Interesting! Could you give an example with a bit more specific detail here? I t...

FloorEgg · 2025-09-04T00:04:12 1756944252

Yes, essentially.

There are multiple long-form text inputs, one set is provided by User A, and another set by User B. User A inputs act as a prompt for User B, and then User A analyzes User B's input according to the original User A inputs, producing an output.

My system takes User A and B inputs and produces the output with more accuracy and precision than User As do, but a wide margin.

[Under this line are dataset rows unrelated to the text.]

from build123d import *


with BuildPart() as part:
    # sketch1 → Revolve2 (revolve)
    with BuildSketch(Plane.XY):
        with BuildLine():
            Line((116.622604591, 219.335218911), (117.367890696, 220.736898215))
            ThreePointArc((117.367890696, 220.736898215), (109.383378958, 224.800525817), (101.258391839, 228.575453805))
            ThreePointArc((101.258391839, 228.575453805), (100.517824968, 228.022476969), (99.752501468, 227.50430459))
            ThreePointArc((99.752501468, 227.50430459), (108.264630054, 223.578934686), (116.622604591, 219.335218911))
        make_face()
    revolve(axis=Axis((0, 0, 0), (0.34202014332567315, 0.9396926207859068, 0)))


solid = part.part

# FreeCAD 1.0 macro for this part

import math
import FreeCAD as App
import Part
import Sketcher

V = App.Vector
Q = App.Units.Quantity

doc = App.newDocument("Part")
body = doc.addObject("PartDesign::Body", "Body")

# Sketch on XY plane
sketch1 = doc.addObject("Sketcher::SketchObject", "Sketch")
body.addObject(sketch1)
sketch1.AttachmentSupport = (doc.XY_Plane, [""])
sketch1.MapMode = "FlatFace"
sketch1.addGeometry([
    Part.LineSegment(V(116.6, 219.3, 0), V(117.4, 220.7, 0)),
    Part.ArcOfCircle(Part.Circle(V(0, 0, 0), V(0, 0, 1), 250), math.radians(62), math.radians(66.11)),
    Part.ArcOfCircle(Part.Circle(V(88.9, 244.3, 0), V(0, 0, 1), 20), math.radians(-57.22), math.radians(-51.93)),
    Part.ArcOfCircle(Part.Circle(V(0, 0, 0), V(0, 0, 1), 248.4), math.radians(62), math.radians(66.32)),
], False)
sketch1.addGeometry(Part.LineSegment(V(0, 0, 0), V(88.9, 244.3, 0)), True)  # axis
sketch1.addConstraint([
    Sketcher.Constraint("Coincident", 0, 2, 1, 1),
    Sketcher.Constraint("Coincident", 1, 2, 2, 2),
    Sketcher.Constraint("Coincident", 2, 1, 3, 2),
    Sketcher.Constraint("Coincident", 3, 1, 0, 1),
    Sketcher.Constraint("Coincident", 1, 3, -1, 1),
    Sketcher.Constraint("Coincident", 3, 3, -1, 1),
    Sketcher.Constraint("Coincident", 4, 1, -1, 1),
    Sketcher.Constraint("Coincident", 4, 2, 2, 3),
    Sketcher.Constraint("Radius", 1, Q("250 mm")),
    Sketcher.Constraint("Radius", 2, Q("20 mm")),
    Sketcher.Constraint("Angle", 0, Q("62 deg")),
    Sketcher.Constraint("Angle", 4, Q("70 deg")),
    Sketcher.Constraint("Distance", 4, Q("260.000001 mm")),
    Sketcher.Constraint("Radius", 3, Q("248.4125 mm")),
    Sketcher.Constraint("DistanceY", -1, 1, 0, 2, Q("220.736898 mm")),
])
revolution = doc.addObject("PartDesign::Revolution", "Revolution")
body.addObject(revolution)
revolution.Profile = sketch1
revolution.ReferenceAxis = (sketch1, ["Axis0"])
revolution.Angle = 360

doc.recompute()
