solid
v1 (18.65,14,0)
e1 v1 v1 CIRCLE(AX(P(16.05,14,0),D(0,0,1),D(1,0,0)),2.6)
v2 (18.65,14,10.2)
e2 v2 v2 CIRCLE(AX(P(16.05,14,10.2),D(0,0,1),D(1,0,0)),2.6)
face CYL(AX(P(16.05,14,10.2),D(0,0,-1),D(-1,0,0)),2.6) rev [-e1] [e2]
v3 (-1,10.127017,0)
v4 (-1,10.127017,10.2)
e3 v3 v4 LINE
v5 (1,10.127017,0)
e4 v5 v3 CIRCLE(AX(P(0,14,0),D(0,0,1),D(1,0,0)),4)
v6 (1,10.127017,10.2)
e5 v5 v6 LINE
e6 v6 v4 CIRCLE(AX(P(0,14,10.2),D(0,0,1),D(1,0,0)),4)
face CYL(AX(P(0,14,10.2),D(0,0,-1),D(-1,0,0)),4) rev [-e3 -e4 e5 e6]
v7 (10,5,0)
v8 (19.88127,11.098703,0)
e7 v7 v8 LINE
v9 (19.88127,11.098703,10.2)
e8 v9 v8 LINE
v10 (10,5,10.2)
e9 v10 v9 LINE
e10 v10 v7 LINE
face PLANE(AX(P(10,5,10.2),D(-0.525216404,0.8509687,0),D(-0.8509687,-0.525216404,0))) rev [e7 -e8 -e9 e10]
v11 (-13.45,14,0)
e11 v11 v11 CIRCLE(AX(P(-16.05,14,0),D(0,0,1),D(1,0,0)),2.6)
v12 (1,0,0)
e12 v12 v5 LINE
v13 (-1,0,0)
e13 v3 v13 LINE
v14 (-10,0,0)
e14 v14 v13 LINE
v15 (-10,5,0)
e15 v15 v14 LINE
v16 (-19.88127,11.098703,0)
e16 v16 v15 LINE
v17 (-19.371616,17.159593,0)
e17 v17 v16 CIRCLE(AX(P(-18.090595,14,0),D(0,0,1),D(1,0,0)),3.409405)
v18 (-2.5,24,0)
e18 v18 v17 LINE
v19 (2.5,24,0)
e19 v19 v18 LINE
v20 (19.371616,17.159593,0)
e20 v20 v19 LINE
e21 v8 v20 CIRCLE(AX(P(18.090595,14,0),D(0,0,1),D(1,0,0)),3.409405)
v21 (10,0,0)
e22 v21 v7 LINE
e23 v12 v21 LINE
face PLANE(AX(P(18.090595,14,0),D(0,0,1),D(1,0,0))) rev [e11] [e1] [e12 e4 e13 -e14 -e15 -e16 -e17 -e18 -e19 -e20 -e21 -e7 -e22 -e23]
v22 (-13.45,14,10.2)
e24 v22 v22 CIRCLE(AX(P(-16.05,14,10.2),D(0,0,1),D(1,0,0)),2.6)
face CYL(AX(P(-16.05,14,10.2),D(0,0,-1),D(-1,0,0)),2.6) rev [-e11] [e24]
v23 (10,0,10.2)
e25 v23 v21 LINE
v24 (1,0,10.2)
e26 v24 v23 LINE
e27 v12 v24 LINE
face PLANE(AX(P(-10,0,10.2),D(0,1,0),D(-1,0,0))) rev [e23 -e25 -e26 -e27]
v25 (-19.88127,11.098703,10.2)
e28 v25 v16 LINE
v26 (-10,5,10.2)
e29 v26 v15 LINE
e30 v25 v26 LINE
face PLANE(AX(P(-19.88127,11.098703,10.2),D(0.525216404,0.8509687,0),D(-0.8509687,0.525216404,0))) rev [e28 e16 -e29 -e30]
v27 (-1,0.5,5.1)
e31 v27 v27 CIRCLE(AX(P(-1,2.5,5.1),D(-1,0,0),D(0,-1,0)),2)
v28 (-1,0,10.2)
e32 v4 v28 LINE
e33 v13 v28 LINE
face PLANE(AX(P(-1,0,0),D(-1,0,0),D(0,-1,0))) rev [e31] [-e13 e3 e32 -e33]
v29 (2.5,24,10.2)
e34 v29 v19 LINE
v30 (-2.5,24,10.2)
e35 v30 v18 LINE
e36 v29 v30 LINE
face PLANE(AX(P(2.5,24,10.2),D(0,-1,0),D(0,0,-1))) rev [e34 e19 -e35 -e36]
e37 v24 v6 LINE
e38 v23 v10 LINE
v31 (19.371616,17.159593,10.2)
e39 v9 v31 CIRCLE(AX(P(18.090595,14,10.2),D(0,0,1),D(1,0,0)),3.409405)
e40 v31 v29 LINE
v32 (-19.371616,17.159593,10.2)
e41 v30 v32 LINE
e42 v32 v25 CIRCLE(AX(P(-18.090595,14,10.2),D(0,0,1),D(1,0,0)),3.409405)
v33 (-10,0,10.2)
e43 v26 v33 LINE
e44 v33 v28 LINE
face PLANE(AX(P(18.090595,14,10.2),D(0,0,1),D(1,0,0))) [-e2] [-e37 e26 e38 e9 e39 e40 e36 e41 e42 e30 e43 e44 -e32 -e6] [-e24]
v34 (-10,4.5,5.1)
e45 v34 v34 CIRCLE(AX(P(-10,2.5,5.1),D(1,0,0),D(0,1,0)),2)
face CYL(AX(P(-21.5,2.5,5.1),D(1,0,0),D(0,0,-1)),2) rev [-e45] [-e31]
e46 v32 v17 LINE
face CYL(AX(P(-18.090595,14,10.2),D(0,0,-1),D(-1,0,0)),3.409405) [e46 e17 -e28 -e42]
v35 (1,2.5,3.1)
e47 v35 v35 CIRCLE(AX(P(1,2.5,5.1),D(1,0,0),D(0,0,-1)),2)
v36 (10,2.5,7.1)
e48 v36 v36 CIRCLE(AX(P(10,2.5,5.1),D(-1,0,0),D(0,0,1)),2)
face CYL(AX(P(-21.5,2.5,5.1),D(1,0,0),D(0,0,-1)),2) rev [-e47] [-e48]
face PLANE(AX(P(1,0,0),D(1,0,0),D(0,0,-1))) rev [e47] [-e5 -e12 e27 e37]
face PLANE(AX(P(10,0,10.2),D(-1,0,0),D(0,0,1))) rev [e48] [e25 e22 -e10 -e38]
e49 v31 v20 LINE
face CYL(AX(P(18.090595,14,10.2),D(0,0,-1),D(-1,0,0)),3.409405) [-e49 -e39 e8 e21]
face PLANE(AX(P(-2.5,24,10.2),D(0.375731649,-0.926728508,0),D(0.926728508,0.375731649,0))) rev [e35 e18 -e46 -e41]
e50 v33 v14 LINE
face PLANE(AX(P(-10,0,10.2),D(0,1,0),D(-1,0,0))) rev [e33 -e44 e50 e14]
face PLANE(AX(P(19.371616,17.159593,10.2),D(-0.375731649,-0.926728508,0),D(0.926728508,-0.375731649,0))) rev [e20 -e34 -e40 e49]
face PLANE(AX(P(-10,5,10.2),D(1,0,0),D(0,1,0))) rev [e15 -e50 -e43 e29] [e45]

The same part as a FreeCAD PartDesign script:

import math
import FreeCAD as App
import Part
import Sketcher
from FreeCAD import Vector

doc = App.newDocument("Part")
body = doc.addObject("PartDesign::Body", "Body")

sketch1 = doc.addObject("Sketcher::SketchObject", "Sketch")
body.addObject(sketch1)
sketch1.AttachmentSupport = (doc.XY_Plane, [""])
sketch1.MapMode = "FlatFace"
sketch1.addGeometry(Part.LineSegment(Vector(-10, 0, 0), Vector(10, 0, 0)), False)
sketch1.addGeometry(Part.LineSegment(Vector(10, 0, 0), Vector(10, 5, 0)), False)
sketch1.addGeometry(Part.LineSegment(Vector(10, 5, 0), Vector(19.9, 11.1, 0)), False)
sketch1.addGeometry(Part.ArcOfCircle(Part.Circle(Vector(18.1, 14, 0), Vector(0, 0, 1), 3.4), math.radians(-58), math.radians(68)), False)
sketch1.addGeometry(Part.LineSegment(Vector(19.4, 17.2, 0), Vector(2.5, 24, 0)), False)
sketch1.addGeometry(Part.LineSegment(Vector(2.5, 24, 0), Vector(-2.5, 24, 0)), False)
sketch1.addGeometry(Part.LineSegment(Vector(-2.5, 24, 0), Vector(-19.4, 17.2, 0)), False)
sketch1.addGeometry(Part.ArcOfCircle(Part.Circle(Vector(-18.1, 14, 0), Vector(0, 0, 1), 3.4), math.radians(112), math.radians(238)), False)
sketch1.addGeometry(Part.LineSegment(Vector(-19.9, 11.1, 0), Vector(-10, 5, 0)), False)
sketch1.addGeometry(Part.LineSegment(Vector(-10, 5, 0), Vector(-10, 0, 0)), False)
sketch1.addGeometry(Part.Circle(Vector(-16.1, 14, 0), Vector(0, 0, 1), 2.6), False)
sketch1.addGeometry(Part.Circle(Vector(0, 14, 0), Vector(0, 0, 1), 4), False)
sketch1.addGeometry(Part.Circle(Vector(16.1, 14, 0), Vector(0, 0, 1), 2.6), False)
sketch1.addConstraint(Sketcher.Constraint("Coincident", 0, 2, 1, 1))
sketch1.addConstraint(Sketcher.Constraint("Coincident", 1, 2, 2, 1))
sketch1.addConstraint(Sketcher.Constraint("Tangent", 2, 2, 3, 1))
sketch1.addConstraint(Sketcher.Constraint("Tangent", 3, 2, 4, 1))
sketch1.addConstraint(Sketcher.Constraint("Coincident", 4, 2, 5, 1))
sketch1.addConstraint(Sketcher.Constraint("Coincident", 5, 2, 6, 1))
sketch1.addConstraint(Sketcher.Constraint("Tangent", 6, 2, 7, 1))
sketch1.addConstraint(Sketcher.Constraint("Tangent", 7, 2, 8, 1))
sketch1.addConstraint(Sketcher.Constraint("Coincident", 8, 2, 9, 1))
sketch1.addConstraint(Sketcher.Constraint("Coincident", 9, 2, 0, 1))
sketch1.addConstraint(Sketcher.Constraint("Horizontal", 0))
sketch1.addConstraint(Sketcher.Constraint("Vertical", 1))
sketch1.addConstraint(Sketcher.Constraint("Horizontal", 5))
sketch1.addConstraint(Sketcher.Constraint("Vertical", 9))
sketch1.addConstraint(Sketcher.Constraint("Equal", 3, 7))
sketch1.addConstraint(Sketcher.Constraint("Equal", 10, 12))
sketch1.addConstraint(Sketcher.Constraint("Symmetric", 0, 2, 9, 2, -1, 1))
sketch1.addConstraint(Sketcher.Constraint("Symmetric", 3, 3, 7, 3, -2))
sketch1.addConstraint(Sketcher.Constraint("Symmetric", 10, 3, 12, 3, -2))
sketch1.addConstraint(Sketcher.Constraint("PointOnObject", 11, 3, -2))
sketch1.addConstraint(Sketcher.Constraint("Horizontal", 7, 3, 10, 3))
sketch1.addConstraint(Sketcher.Constraint("Horizontal", 10, 3, 11, 3))
sketch1.addConstraint(Sketcher.Constraint("Horizontal", 3, 2, 6, 2))
sketch1.addConstraint(Sketcher.Constraint("Horizontal", 2, 2, 7, 2))
sketch1.addConstraint(Sketcher.Constraint("Equal", 5, 1))
sketch1.addConstraint(Sketcher.Constraint("Diameter", 11, 8.0))
sketch1.addConstraint(Sketcher.Constraint("Diameter", 10, 5.2))
sketch1.addConstraint(Sketcher.Constraint("DistanceX", 0, 1, 0, 2, 20.0))
sketch1.addConstraint(Sketcher.Constraint("DistanceX", 5, 2, 5, 1, 5.0))
sketch1.addConstraint(Sketcher.Constraint("DistanceY", -1, 1, 3, 3, 14.0))
sketch1.addConstraint(Sketcher.Constraint("DistanceY", -1, 1, 4, 2, 24.0))
sketch1.addConstraint(Sketcher.Constraint("DistanceX", 10, 3, 12, 3, 32.1))
sketch1.addConstraint(Sketcher.Constraint("Radius", 3, 3.409405))
sketch1.addConstraint(Sketcher.Constraint("Distance", 2, 11.611791))
pad1 = doc.addObject("PartDesign::Pad", "Pad")
body.addObject(pad1)
pad1.Profile = sketch1
pad1.Length = 10.2

sketch2 = doc.addObject("Sketcher::SketchObject", "Sketch001")
body.addObject(sketch2)
sketch2.AttachmentSupport = (doc.XY_Plane, [""])
sketch2.MapMode = "FlatFace"
sketch2.AttachmentOffset = App.Placement(Vector(0, 0, 10.2), App.Rotation())
sketch2.addGeometry(Part.LineSegment(Vector(-1, 10.1, 0), Vector(-1, 0, 0)), False)
sketch2.addGeometry(Part.LineSegment(Vector(-1, 0, 0), Vector(1, 0, 0)), False)
sketch2.addGeometry(Part.LineSegment(Vector(1, 0, 0), Vector(1, 10.1, 0)), False)
sketch2.addGeometry(Part.ArcOfCircle(Part.Circle(Vector(0, 14, 0), Vector(0, 0, 1), 4), math.radians(-104), math.radians(-76)), False)
sketch2.addConstraint(Sketcher.Constraint("Coincident", 0, 2, 1, 1))
sketch2.addConstraint(Sketcher.Constraint("Coincident", 1, 2, 2, 1))
sketch2.addConstraint(Sketcher.Constraint("Coincident", 2, 2, 3, 2))
sketch2.addConstraint(Sketcher.Constraint("Coincident", 3, 1, 0, 1))
sketch2.addConstraint(Sketcher.Constraint("Vertical", 0))
sketch2.addConstraint(Sketcher.Constraint("Horizontal", 1))
sketch2.addConstraint(Sketcher.Constraint("Vertical", 2))
sketch2.addConstraint(Sketcher.Constraint("Symmetric", 0, 2, 1, 2, -1, 1))
sketch2.addConstraint(Sketcher.Constraint("PointOnObject", 3, 3, -2))
sketch2.addConstraint(Sketcher.Constraint("Radius", 3, 4.0))
sketch2.addConstraint(Sketcher.Constraint("DistanceX", 1, 1, 1, 2, 2.0))
sketch2.addConstraint(Sketcher.Constraint("DistanceY", -1, 1, 3, 3, 14.0))
pocket1 = doc.addObject("PartDesign::Pocket", "Pocket")
body.addObject(pocket1)
pocket1.Profile = sketch2
pocket1.Type = "ThroughAll"

sketch3 = doc.addObject("Sketcher::SketchObject", "Sketch002")
body.addObject(sketch3)
sketch3.AttachmentSupport = (doc.YZ_Plane, [""])
sketch3.MapMode = "FlatFace"
sketch3.AttachmentOffset = App.Placement(Vector(0, 0, 10), App.Rotation())
sketch3.addGeometry(Part.Circle(Vector(2.5, 5.1, 0), Vector(0, 0, 1), 2), False)
sketch3.addConstraint(Sketcher.Constraint("Diameter", 0, 4.0))
sketch3.addConstraint(Sketcher.Constraint("DistanceX", -1, 1, 0, 3, 2.5))
sketch3.addConstraint(Sketcher.Constraint("DistanceY", -1, 1, 0, 3, 5.1))
pocket2 = doc.addObject("PartDesign::Pocket", "Pocket001")
body.addObject(pocket2)
pocket2.Profile = sketch3
pocket2.Type = "ThroughAll"
pocket2.Midplane = True

doc.recompute()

Instead of trying to train a model on all the history of these inputs and outputs, the solution was a combination of goal->job->task breakdown (like a fixed agentic process), and lots of context and prompt engineering. I then test against customer legacy samples, and inspect any variances by hand. At first the variances were usually system errors, which informed improvements to context and prompt engineering, and after working through about a thousand of these (test -> inspect variance -> if system mistake improve system -> repeat) iterations, and benefiting from a couple base-model upgrades, the variances are now about 99.9% user error (bad historical data or user inputs) and 0.1% system error. Overall it took about 9 months to build, and this one niche is worth ~$30m a year revenue easy, and everywhere I look there are market niches like this... it's ridiculous. (and a basic chat interface like ChatGPT doesn't work for these types of problems, no matter how smart it gets, for a variety of reasons)

So to summarize:

Instead of training a model on the historical inputs and outputs, the solution was to use the best base model LLMs, a pre-determined agentic flow, thoughtful system prompt and context engineering, and an iterative testing process with a human in the loop (me) to refine the overall system by carefully comparing the variances between system outputs and historical customer input/output samples.

marlott · 2025-09-04T01:13:43 1756948423

Thanks a lot for the detailed reply! Makes a lot of sense now. I'm working on similar problems, and have dabbled with this kind of approach.